— Directions —
Hunt for the word "circle" across the entries below, copying each line that holds it.

— Saved entries —
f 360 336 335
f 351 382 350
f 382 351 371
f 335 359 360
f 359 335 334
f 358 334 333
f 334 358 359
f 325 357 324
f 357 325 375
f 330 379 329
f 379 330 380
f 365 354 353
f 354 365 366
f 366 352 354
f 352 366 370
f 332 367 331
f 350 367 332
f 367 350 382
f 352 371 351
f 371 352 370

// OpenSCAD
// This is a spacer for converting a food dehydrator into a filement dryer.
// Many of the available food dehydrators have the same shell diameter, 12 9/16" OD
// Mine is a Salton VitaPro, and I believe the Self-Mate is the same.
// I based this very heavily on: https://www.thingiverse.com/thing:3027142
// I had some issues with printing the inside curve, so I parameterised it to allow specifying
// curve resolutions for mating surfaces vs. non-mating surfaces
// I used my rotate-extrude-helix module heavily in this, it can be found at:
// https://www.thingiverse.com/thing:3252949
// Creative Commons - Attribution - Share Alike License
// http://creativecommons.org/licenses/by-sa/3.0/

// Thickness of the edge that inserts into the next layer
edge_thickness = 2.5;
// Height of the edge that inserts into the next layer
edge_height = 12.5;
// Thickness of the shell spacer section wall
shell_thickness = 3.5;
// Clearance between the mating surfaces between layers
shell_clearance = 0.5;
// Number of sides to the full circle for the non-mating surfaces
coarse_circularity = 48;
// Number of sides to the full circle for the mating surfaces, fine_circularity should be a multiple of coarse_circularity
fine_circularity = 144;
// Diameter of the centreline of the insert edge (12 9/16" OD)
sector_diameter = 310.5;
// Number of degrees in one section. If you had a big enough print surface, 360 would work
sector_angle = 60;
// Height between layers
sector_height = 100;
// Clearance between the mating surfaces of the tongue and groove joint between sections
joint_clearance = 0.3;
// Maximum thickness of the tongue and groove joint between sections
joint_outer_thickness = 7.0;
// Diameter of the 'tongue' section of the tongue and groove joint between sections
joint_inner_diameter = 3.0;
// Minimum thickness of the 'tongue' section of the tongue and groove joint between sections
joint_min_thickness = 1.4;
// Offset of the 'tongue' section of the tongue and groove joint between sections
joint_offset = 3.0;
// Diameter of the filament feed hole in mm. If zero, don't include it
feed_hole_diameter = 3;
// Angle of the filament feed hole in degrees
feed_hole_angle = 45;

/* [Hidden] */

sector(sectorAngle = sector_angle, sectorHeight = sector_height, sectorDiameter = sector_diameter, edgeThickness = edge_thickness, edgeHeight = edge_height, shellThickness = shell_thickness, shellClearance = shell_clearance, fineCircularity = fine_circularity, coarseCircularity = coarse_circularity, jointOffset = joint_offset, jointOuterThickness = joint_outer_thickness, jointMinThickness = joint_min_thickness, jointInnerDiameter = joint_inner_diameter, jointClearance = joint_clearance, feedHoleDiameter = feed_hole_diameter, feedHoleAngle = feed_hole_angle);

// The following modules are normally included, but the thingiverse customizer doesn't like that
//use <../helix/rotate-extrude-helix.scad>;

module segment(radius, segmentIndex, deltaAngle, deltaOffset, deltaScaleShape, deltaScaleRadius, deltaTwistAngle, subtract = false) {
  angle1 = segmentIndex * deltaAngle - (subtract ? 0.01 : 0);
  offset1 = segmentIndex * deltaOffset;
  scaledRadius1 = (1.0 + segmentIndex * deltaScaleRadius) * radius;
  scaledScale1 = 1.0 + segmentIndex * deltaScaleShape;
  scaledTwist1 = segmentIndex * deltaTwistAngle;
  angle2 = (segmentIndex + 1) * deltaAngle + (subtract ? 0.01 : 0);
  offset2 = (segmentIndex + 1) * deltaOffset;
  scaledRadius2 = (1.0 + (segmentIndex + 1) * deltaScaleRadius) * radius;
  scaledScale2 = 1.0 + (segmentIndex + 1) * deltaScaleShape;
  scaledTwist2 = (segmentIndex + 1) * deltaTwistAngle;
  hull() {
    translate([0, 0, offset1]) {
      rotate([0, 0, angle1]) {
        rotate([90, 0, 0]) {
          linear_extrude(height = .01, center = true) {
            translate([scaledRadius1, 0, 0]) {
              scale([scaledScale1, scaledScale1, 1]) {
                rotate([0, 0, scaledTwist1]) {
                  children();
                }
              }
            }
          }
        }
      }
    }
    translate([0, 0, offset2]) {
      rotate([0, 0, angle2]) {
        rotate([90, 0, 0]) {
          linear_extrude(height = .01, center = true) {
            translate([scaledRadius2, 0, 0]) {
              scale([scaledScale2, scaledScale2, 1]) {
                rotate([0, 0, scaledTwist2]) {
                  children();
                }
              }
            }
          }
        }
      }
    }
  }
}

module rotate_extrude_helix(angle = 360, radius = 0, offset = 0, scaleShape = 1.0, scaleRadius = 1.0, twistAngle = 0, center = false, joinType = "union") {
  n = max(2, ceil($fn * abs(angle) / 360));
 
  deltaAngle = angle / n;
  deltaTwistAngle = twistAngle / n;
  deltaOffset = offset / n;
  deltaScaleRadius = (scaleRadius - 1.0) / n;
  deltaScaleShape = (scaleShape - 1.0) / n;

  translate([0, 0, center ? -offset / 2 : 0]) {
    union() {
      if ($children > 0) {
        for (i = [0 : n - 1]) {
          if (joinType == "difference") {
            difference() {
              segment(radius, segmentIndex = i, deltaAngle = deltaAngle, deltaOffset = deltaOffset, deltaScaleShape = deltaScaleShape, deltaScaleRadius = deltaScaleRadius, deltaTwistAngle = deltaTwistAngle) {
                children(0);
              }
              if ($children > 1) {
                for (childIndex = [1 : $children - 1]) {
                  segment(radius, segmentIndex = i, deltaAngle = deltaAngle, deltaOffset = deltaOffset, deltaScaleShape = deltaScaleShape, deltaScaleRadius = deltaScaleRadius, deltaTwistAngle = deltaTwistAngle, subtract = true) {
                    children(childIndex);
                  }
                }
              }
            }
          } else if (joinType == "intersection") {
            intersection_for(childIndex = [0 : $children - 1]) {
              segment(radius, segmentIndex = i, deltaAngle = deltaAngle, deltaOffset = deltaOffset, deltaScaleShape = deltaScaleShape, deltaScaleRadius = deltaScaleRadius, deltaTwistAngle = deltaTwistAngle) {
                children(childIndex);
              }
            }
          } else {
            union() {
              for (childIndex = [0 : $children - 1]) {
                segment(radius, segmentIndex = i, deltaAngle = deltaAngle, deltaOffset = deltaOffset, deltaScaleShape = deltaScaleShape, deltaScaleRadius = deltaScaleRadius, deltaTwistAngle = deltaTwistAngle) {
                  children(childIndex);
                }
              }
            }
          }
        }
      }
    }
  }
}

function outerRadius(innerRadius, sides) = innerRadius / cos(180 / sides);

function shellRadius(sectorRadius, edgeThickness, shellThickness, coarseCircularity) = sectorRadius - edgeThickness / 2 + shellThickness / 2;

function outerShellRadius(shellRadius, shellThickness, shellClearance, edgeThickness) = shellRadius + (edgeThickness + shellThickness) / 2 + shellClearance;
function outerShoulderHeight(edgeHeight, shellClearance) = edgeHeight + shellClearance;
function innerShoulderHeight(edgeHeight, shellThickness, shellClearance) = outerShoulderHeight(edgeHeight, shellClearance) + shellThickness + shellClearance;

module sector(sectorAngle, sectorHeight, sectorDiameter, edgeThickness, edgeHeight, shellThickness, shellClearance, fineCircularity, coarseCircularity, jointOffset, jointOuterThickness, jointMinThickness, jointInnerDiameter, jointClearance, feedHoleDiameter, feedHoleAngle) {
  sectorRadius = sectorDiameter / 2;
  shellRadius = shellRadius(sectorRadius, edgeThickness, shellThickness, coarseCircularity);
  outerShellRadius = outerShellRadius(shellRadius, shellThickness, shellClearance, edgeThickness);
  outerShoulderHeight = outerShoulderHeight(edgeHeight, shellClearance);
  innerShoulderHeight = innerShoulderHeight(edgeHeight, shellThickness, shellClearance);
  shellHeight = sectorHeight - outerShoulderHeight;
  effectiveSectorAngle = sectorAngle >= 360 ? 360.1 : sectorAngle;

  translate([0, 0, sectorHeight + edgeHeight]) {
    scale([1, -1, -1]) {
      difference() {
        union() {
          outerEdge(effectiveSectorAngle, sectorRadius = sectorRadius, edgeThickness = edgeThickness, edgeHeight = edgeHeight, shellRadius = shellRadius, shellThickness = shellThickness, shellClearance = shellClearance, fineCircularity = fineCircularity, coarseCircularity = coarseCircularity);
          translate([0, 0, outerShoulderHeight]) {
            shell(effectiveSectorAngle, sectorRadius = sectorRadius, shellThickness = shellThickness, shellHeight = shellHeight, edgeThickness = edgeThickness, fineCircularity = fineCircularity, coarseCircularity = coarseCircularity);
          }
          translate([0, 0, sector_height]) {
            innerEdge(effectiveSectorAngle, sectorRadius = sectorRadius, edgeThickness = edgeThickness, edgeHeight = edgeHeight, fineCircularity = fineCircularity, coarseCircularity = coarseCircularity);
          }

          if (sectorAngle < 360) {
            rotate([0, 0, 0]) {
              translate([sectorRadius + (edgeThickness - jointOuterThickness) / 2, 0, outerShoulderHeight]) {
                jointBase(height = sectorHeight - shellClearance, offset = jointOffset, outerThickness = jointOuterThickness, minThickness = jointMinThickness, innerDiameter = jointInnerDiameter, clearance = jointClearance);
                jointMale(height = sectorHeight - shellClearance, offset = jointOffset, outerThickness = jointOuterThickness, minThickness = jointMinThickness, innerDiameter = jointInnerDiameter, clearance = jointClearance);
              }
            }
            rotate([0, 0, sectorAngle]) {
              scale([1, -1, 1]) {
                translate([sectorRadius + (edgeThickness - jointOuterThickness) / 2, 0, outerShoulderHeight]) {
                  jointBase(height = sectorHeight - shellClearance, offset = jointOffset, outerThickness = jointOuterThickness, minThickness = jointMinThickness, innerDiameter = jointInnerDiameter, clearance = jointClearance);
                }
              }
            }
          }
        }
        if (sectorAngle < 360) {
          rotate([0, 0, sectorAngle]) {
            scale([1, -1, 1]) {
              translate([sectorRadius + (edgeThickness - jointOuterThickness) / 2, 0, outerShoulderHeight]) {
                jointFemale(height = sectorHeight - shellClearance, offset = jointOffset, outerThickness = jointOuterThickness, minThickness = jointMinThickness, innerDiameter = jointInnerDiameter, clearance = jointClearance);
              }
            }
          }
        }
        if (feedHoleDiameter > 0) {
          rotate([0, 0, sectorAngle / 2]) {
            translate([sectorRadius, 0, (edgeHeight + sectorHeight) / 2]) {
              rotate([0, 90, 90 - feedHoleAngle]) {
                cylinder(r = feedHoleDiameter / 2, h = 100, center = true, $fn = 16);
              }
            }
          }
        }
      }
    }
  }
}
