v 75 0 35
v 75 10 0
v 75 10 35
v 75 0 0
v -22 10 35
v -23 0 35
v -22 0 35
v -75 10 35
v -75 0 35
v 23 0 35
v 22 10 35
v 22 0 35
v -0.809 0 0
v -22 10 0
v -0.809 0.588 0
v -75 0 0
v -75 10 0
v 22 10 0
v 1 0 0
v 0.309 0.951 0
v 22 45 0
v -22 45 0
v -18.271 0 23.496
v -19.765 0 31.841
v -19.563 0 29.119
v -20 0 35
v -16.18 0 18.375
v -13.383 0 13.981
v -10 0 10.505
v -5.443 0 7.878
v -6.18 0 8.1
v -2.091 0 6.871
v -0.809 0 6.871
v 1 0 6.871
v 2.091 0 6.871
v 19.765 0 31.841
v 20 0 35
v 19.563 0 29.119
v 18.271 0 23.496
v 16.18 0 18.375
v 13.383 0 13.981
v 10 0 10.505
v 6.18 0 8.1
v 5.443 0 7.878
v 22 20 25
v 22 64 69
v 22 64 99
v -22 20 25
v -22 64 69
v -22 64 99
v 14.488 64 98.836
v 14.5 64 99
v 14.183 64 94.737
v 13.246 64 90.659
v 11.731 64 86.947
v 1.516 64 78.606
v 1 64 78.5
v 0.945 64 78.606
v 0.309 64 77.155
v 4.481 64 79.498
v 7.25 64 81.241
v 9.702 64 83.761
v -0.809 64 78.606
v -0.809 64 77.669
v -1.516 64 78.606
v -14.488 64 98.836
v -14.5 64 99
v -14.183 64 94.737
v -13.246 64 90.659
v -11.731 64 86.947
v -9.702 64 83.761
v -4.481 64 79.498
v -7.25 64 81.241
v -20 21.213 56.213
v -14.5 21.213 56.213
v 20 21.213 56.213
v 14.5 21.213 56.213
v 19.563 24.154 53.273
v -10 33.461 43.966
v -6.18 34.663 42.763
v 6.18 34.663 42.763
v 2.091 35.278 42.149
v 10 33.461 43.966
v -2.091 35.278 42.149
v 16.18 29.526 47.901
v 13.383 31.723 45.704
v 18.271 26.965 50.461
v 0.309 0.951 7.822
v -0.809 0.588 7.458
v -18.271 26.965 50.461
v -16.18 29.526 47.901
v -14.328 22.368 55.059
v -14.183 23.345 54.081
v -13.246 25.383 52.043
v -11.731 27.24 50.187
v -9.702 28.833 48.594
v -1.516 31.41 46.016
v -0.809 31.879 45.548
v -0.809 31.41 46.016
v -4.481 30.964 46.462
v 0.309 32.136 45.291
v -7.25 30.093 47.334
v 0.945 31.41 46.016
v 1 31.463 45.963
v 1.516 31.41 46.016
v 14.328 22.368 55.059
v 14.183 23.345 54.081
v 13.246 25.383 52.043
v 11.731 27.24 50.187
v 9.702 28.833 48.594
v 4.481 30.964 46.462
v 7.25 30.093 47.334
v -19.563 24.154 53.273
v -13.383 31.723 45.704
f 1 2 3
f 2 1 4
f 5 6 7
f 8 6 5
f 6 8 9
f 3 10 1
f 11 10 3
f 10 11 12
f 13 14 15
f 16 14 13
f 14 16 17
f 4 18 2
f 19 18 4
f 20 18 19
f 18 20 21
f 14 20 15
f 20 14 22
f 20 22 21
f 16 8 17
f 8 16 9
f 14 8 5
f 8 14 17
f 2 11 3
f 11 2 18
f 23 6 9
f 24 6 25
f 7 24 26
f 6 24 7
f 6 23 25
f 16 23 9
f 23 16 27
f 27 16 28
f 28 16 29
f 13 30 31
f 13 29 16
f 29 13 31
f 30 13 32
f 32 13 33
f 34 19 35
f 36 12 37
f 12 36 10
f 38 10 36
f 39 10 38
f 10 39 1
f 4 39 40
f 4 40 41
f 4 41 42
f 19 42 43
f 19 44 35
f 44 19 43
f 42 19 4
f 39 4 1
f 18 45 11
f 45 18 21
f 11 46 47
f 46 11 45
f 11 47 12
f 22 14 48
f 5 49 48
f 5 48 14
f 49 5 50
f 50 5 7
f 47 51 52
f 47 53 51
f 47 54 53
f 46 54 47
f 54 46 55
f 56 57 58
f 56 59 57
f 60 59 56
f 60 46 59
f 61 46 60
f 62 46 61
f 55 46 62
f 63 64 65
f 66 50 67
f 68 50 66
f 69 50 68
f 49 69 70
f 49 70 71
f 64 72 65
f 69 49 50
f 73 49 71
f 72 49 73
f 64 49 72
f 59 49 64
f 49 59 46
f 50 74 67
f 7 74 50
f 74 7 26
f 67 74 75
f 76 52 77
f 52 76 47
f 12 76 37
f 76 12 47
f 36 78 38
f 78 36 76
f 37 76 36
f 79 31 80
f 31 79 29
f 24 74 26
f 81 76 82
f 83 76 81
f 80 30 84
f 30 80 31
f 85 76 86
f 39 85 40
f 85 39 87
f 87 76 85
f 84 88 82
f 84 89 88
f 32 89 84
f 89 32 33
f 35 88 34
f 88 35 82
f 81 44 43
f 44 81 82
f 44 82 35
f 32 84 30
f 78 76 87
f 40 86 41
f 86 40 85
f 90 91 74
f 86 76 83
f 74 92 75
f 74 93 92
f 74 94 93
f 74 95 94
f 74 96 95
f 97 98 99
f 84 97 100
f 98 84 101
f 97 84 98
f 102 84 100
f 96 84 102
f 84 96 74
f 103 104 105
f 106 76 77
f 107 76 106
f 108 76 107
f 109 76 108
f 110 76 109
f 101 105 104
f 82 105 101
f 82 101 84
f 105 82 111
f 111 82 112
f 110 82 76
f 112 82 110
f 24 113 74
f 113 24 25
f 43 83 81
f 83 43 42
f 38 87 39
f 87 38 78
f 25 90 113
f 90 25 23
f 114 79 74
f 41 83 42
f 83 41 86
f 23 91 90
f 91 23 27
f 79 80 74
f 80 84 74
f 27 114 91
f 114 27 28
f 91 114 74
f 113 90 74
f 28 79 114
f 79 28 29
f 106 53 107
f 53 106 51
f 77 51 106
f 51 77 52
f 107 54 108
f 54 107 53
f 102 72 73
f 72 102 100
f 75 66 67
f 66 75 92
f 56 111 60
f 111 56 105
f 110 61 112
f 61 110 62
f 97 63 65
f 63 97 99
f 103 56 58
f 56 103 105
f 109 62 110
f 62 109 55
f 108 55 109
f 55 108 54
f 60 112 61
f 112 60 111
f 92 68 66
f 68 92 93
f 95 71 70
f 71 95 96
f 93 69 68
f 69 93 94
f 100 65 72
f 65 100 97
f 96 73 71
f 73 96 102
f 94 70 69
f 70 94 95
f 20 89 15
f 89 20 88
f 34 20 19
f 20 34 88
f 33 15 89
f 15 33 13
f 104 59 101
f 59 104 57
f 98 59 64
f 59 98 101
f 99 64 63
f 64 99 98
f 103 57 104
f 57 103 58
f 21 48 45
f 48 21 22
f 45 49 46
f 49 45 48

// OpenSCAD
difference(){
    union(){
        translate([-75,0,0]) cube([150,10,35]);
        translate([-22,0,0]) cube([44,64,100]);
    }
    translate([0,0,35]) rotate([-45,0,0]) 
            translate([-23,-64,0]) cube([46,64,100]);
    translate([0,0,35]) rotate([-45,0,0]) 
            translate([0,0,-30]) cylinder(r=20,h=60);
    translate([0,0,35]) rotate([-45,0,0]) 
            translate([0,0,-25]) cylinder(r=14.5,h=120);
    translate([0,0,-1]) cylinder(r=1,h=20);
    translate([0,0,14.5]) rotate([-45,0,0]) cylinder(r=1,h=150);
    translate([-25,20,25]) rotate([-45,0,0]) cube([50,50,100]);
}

— Your solution —
// Number of sides to the full circle for the non-mating surfaces
// Number of sides to the full circle for the mating surfaces, fine_circularity should be a multiple of coarse_circularity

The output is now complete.